There is a mobile web version. So that is just still in the main App but it is basically just a front-end to underlining code base. And it is mostly just HTML. And there is like 70 lines of JavaScript and that is about it. So it is really small and clean and everything.

   

14. Is it a lot smaller than the regular version?

Yeah. That was a big deal for a long time because GitHub.com has to deal with - it is a really fat App, I guess. If you think about a code diff, for example, actually rendering that on page, if you have syntax highlighting and then you have an actual diff --like the red/green version of a diff-- you have to wrap all of those in HTML. With different tags to make sure that, like OK this does the work this doesn't work. It ends up generating a lot of overhead. And that was the main problem with - before we had a mobile site. The loading would be the usual desktop experience on a mobile browser.

We are already loading so many elements into the Dom that a lot of mobile phones would just be slow trying to parse all that sorta' stuff. So that was the idea behind the mobile site.

That we can do away with a lot of that stuff, simplify the experience, you do not get everything that you would normally, but it is a lot faster and you can get to the information that you want.

   

15. Right. How do you go about building a product? You use Ruby and anything else?

It is pretty much Ruby across the board with the exception if you are doing some lower level stuff that really requires a lot speed UC or Go or something like that. But from a product stand point, it will usually spike out as a Ruby prototype, typically with Rails at this point. We just kind of go from there. We try to do a big emphasis on getting stuff out there.

I was saying earlier in my talk, it is a lot easier to take pot shots at code rather than ideas. Before you actually put it to code and actually start building something out. It is just ideas and you can say “Well, that will not work.” And then you all say “Well, that will work” and then you cannot go anywhere.

But as soon as you can actually feel it and click on stuff, it is much easier to sort of have these discussions and say “Oh, that does not work because of this” and “That does work because of this” and you can take it from there. It is a lot of small iteration.

   

16. What do you think about San Francisco? Is it experiencing a new tech boom now?

I would say so. I don't know if that's good or bad. I am not good at judging industry wide things. Things are definitely crazy. I mean as a San Francisco citizen, seeing all of the rent prices go ridiculously high – something is happening.

I do not know if that means it is a bubble or just a resurgence of rich entitled people into the city. We will see, but it is one part excitement because there is a lot of smart people in the city and doing really cool things and everybody has a new startup that is going to change the world and stuff and I am one part cautious.

I hope this does not just go bad because there are some really crazy things. I mean Snapchat just got an offer for 3 billion to get acquired today and they said “No”. I mean I would be on to Vegas at that point already.

   

17. You do a lot of work with startups yourself. How many startups are you involved in?

Before GitHub I was at another company for two and a half years or so in the job-related market.

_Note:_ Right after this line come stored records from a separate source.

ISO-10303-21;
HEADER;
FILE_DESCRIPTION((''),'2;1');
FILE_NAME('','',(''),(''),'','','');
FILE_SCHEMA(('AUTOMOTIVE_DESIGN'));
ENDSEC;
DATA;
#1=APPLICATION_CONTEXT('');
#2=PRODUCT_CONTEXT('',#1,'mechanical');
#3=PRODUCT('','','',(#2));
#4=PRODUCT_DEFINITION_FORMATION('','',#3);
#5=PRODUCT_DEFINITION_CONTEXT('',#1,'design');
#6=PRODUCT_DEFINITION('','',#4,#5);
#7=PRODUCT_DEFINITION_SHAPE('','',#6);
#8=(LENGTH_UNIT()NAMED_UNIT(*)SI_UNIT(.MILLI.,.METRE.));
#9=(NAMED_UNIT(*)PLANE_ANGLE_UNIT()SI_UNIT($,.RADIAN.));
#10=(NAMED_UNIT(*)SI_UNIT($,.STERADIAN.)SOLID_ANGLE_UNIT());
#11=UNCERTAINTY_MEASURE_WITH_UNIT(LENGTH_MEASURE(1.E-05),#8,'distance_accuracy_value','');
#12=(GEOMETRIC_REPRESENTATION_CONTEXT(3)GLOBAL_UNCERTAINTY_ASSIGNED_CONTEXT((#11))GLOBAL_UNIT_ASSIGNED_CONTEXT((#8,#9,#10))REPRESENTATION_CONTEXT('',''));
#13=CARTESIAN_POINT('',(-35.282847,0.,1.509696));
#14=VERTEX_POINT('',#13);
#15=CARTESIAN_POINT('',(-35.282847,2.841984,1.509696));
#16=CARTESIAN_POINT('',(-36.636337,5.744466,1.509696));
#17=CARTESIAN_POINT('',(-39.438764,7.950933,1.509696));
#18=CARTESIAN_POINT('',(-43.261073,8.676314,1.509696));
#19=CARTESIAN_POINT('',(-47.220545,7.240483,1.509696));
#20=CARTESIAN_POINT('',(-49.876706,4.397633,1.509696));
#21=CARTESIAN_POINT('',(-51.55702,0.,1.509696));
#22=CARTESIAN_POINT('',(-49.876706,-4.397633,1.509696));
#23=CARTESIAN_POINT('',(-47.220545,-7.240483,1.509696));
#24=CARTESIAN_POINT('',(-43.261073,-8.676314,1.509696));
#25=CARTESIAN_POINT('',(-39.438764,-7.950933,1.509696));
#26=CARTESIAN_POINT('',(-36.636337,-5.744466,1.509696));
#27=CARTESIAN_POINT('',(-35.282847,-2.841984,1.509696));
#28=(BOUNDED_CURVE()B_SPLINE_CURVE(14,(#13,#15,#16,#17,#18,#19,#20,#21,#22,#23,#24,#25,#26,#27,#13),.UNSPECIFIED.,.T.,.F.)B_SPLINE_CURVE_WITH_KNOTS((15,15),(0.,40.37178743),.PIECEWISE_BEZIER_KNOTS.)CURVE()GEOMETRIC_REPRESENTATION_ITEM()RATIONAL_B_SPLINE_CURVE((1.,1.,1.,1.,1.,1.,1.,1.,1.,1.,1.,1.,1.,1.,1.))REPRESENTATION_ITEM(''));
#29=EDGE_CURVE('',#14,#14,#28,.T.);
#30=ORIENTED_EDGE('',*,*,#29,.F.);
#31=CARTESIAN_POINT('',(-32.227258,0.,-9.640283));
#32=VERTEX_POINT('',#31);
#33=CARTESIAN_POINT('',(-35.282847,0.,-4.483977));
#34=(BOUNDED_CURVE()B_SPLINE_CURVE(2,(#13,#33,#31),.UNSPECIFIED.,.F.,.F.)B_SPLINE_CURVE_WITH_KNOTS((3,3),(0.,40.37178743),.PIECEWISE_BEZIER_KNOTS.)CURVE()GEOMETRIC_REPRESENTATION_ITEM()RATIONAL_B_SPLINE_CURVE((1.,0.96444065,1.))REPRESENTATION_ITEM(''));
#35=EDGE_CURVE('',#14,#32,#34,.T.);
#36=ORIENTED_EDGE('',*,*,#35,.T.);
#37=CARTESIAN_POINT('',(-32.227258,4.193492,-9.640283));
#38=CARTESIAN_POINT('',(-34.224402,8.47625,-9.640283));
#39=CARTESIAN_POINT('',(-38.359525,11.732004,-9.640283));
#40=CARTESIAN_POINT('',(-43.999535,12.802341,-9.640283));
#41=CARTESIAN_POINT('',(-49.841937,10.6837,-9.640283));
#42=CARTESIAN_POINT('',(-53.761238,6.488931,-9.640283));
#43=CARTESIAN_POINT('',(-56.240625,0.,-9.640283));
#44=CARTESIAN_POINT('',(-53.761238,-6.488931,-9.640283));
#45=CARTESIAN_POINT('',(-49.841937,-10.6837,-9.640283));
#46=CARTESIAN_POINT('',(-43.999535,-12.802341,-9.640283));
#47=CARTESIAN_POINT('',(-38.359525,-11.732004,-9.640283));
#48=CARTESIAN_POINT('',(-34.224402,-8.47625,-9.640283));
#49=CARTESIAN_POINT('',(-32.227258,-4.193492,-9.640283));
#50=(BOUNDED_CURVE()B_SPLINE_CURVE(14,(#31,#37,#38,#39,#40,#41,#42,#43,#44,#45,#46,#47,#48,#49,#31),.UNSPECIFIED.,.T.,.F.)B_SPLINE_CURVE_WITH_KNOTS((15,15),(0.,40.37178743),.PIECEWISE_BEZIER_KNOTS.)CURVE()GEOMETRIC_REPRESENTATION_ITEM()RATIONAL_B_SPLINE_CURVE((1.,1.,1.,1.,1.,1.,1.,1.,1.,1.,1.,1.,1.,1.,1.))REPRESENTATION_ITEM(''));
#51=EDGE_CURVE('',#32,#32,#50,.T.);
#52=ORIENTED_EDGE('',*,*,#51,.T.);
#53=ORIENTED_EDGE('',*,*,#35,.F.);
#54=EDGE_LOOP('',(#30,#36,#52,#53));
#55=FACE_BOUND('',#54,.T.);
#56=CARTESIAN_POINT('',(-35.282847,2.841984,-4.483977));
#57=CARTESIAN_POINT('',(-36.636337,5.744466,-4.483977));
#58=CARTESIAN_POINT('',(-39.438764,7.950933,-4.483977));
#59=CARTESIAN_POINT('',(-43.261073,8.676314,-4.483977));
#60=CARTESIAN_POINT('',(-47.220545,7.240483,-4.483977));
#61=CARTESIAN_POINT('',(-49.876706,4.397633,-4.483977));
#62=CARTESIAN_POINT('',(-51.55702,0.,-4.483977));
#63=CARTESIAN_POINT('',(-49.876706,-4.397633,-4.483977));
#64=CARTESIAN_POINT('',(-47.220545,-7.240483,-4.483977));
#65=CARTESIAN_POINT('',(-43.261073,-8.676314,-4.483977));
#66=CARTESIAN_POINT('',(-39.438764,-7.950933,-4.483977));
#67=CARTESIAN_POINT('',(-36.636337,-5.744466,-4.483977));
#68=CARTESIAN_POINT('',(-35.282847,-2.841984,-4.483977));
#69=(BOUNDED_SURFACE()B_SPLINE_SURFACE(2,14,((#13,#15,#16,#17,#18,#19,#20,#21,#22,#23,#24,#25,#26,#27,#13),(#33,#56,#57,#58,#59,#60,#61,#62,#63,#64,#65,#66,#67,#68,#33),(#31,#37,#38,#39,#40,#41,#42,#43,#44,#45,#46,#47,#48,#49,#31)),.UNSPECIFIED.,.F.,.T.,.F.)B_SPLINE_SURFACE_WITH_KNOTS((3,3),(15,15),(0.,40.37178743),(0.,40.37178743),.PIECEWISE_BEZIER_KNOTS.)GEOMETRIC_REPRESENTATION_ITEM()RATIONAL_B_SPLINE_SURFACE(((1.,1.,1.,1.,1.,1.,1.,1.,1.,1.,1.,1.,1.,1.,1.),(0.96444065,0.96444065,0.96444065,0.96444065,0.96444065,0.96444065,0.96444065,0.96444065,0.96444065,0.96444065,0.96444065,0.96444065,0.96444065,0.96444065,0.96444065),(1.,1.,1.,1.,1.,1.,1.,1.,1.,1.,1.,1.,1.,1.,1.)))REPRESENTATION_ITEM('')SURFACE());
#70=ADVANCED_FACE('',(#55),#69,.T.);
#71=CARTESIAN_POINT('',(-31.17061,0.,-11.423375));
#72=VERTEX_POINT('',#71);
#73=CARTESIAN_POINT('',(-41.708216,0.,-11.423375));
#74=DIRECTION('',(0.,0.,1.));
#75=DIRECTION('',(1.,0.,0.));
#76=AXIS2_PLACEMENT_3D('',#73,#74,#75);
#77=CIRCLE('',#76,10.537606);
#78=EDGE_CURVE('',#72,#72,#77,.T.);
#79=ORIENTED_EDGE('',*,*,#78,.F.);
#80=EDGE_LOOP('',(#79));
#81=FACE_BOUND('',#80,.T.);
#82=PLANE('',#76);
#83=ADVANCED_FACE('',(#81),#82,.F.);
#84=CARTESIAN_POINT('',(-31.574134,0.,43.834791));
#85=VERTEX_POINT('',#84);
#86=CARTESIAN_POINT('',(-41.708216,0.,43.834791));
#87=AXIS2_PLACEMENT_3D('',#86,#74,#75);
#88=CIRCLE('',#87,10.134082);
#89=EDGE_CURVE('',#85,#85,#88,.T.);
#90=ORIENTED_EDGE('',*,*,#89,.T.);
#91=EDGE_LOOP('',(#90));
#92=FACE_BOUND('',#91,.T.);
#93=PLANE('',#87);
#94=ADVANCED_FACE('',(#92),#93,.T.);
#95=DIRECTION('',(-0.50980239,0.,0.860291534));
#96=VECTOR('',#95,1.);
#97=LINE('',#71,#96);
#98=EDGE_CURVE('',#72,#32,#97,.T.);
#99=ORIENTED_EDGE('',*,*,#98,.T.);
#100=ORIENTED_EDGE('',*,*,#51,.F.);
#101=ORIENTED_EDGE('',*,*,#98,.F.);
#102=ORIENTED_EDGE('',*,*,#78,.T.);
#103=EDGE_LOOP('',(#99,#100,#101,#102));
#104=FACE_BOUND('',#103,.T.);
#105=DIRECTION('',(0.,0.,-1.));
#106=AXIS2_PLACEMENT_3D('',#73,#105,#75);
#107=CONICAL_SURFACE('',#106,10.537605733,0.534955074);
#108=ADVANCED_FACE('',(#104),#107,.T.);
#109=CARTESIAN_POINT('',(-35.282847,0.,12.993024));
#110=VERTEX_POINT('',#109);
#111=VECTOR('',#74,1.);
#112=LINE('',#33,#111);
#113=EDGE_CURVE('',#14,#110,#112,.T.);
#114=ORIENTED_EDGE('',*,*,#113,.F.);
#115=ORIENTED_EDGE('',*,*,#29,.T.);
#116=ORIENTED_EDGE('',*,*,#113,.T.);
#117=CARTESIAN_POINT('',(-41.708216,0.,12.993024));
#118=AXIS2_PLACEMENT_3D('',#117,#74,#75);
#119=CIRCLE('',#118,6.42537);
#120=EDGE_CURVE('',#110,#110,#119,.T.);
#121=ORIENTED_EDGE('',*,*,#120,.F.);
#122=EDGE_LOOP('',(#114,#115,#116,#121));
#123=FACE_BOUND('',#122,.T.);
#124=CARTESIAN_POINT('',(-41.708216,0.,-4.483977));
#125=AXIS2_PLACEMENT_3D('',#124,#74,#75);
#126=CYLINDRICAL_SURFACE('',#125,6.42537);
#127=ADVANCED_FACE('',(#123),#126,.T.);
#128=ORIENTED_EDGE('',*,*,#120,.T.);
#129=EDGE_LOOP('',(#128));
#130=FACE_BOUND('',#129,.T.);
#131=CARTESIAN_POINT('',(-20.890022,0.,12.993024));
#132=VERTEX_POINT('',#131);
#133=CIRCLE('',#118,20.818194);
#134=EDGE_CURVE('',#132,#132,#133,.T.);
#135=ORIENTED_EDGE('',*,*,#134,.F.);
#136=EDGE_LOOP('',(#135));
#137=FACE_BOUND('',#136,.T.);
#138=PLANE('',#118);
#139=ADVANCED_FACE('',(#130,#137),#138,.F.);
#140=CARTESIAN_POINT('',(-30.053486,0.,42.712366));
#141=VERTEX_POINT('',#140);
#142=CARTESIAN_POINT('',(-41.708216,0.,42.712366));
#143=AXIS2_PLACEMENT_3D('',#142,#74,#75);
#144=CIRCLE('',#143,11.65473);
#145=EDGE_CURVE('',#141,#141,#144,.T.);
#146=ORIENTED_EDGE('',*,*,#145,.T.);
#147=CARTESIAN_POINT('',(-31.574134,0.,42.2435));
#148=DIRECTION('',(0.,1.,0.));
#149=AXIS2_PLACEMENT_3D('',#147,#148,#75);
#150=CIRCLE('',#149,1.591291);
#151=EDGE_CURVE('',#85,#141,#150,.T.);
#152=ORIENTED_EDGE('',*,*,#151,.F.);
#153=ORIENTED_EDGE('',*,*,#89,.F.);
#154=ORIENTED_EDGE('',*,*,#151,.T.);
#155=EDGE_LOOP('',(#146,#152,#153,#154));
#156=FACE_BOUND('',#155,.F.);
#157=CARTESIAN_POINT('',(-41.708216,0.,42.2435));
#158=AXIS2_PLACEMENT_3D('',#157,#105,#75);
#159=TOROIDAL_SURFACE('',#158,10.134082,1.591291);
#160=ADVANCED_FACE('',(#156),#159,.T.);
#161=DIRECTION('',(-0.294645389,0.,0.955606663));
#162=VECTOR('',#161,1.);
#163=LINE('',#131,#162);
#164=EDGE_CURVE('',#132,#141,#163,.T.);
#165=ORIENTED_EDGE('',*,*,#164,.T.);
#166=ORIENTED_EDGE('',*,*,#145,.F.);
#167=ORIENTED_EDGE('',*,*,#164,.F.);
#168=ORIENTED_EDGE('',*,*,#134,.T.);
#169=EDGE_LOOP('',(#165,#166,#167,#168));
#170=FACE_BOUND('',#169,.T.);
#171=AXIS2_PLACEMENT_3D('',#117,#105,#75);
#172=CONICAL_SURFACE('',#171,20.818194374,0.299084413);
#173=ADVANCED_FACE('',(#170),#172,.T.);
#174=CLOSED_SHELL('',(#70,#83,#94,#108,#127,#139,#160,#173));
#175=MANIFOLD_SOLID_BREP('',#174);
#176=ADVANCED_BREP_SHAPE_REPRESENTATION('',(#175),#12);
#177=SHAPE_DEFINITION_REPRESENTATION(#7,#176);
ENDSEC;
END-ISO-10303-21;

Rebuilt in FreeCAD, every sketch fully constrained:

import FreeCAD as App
import Part
import Sketcher

V = App.Vector


def edges_at(feature, points):
    """Names of the edges that pass closest to the given points."""
    edges = feature.Shape.Edges
    near = lambda p: min(range(len(edges)), key=lambda i: edges[i].distToShape(Part.Vertex(*p))[0])
    return sorted({f"Edge{near(p) + 1}" for p in points})

doc = App.newDocument("Part")
body = doc.addObject("PartDesign::Body", "Body")

# Sketch on XZ plane
sketch1 = doc.addObject("Sketcher::SketchObject", "Sketch")
body.addObject(sketch1)
sketch1.AttachmentSupport = (doc.XZ_Plane, [""])
sketch1.MapMode = "FlatFace"
sketch1.addGeometry(Part.LineSegment(V(-30, 44, 0), V(-42, 44, 0)), False)
sketch1.addGeometry(Part.LineSegment(V(-42, 44, 0), V(-42, -11, 0)), False)
sketch1.addGeometry(Part.LineSegment(V(-42, -11, 0), V(-31, -11, 0)), False)
sketch1.addGeometry(Part.LineSegment(V(-31, -11, 0), V(-35, -4, 0)), False)
sketch1.addGeometry(Part.LineSegment(V(-35, -4, 0), V(-35, 13, 0)), False)
sketch1.addGeometry(Part.LineSegment(V(-35, 13, 0), V(-21, 13, 0)), False)
sketch1.addGeometry(Part.LineSegment(V(-21, 13, 0), V(-30, 44, 0)), False)
sketch1.addGeometry(Part.LineSegment(V(-42, -11, 0), V(-42, 44, 0)), True)  # axis
sketch1.addConstraint(Sketcher.Constraint("Coincident", 0, 2, 1, 1))
sketch1.addConstraint(Sketcher.Constraint("Coincident", 1, 2, 2, 1))
sketch1.addConstraint(Sketcher.Constraint("Coincident", 2, 2, 3, 1))
sketch1.addConstraint(Sketcher.Constraint("Coincident", 3, 2, 4, 1))
sketch1.addConstraint(Sketcher.Constraint("Coincident", 4, 2, 5, 1))
sketch1.addConstraint(Sketcher.Constraint("Coincident", 5, 2, 6, 1))
sketch1.addConstraint(Sketcher.Constraint("Coincident", 6, 2, 0, 1))
sketch1.addConstraint(Sketcher.Constraint("Horizontal", 0))
sketch1.addConstraint(Sketcher.Constraint("Vertical", 1))
sketch1.addConstraint(Sketcher.Constraint("Horizontal", 2))
sketch1.addConstraint(Sketcher.Constraint("Vertical", 4))
sketch1.addConstraint(Sketcher.Constraint("Horizontal", 5))
sketch1.addConstraint(Sketcher.Constraint("Vertical", 7))
sketch1.addConstraint(Sketcher.Constraint("Coincident", 7, 1, 1, 2))
sketch1.addConstraint(Sketcher.Constraint("Horizontal", 6, 2, 7, 2))
sketch1.addConstraint(Sketcher.Constraint("DistanceY", 4, 1, 4, 2, 17.477001))
sketch1.addConstraint(Sketcher.Constraint("DistanceX", 0, 2, 0, 1, 11.30865))
sketch1.addConstraint(Sketcher.Constraint("DistanceY", 2, 2, 3, 2, 6.939399))
sketch1.addConstraint(Sketcher.Constraint("Distance", 6, 32.274541))
sketch1.addConstraint(Sketcher.Constraint("DistanceX", 2, 1, 2, 2, 10.537606))
sketch1.addConstraint(Sketcher.Constraint("DistanceX", 5, 1, 5, 2, 14.392825))
sketch1.addConstraint(Sketcher.Constraint("DistanceY", 1, 2, 1, 1, 55.258166))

That company was about 20 or so people and those were my work experiences, I guess, before GitHub.

   

18. I guess the open-sourceness of GitHub is a way for developers to avoid a lot of stumbling blocks. Do you have any other advice to help them overcome the stumbling blocks that you might encounter in making an App?

I think one of the things I just say a lot is to get to the point where you have something built. And that is beyond the point of code and everything. Just showing people: “Hey, look what I built. Is this cool or not?” “No.” “Crap, back to the drawing board”.

I think that a lot of startups try to get to this point where we have to have this perfect "first product" before we show anybody because first impressions are everything.

That is true to a certain extent, but there are also a lot of startups and companies that just keep trying to chase that forever. And by the point they suddenly start trying to figure out somebody has already beat them to the punch.

I mean it is just getting the ideas out there as soon as possible. We have had a lot of things internally at GitHub where we were really excited about this feature and we know it is going to be so great for everybody and it is going to make us a lot of money and stuff and then we have it shipped internally just for the employees for a month or a year or something like that and we just realized we were just totally wrong.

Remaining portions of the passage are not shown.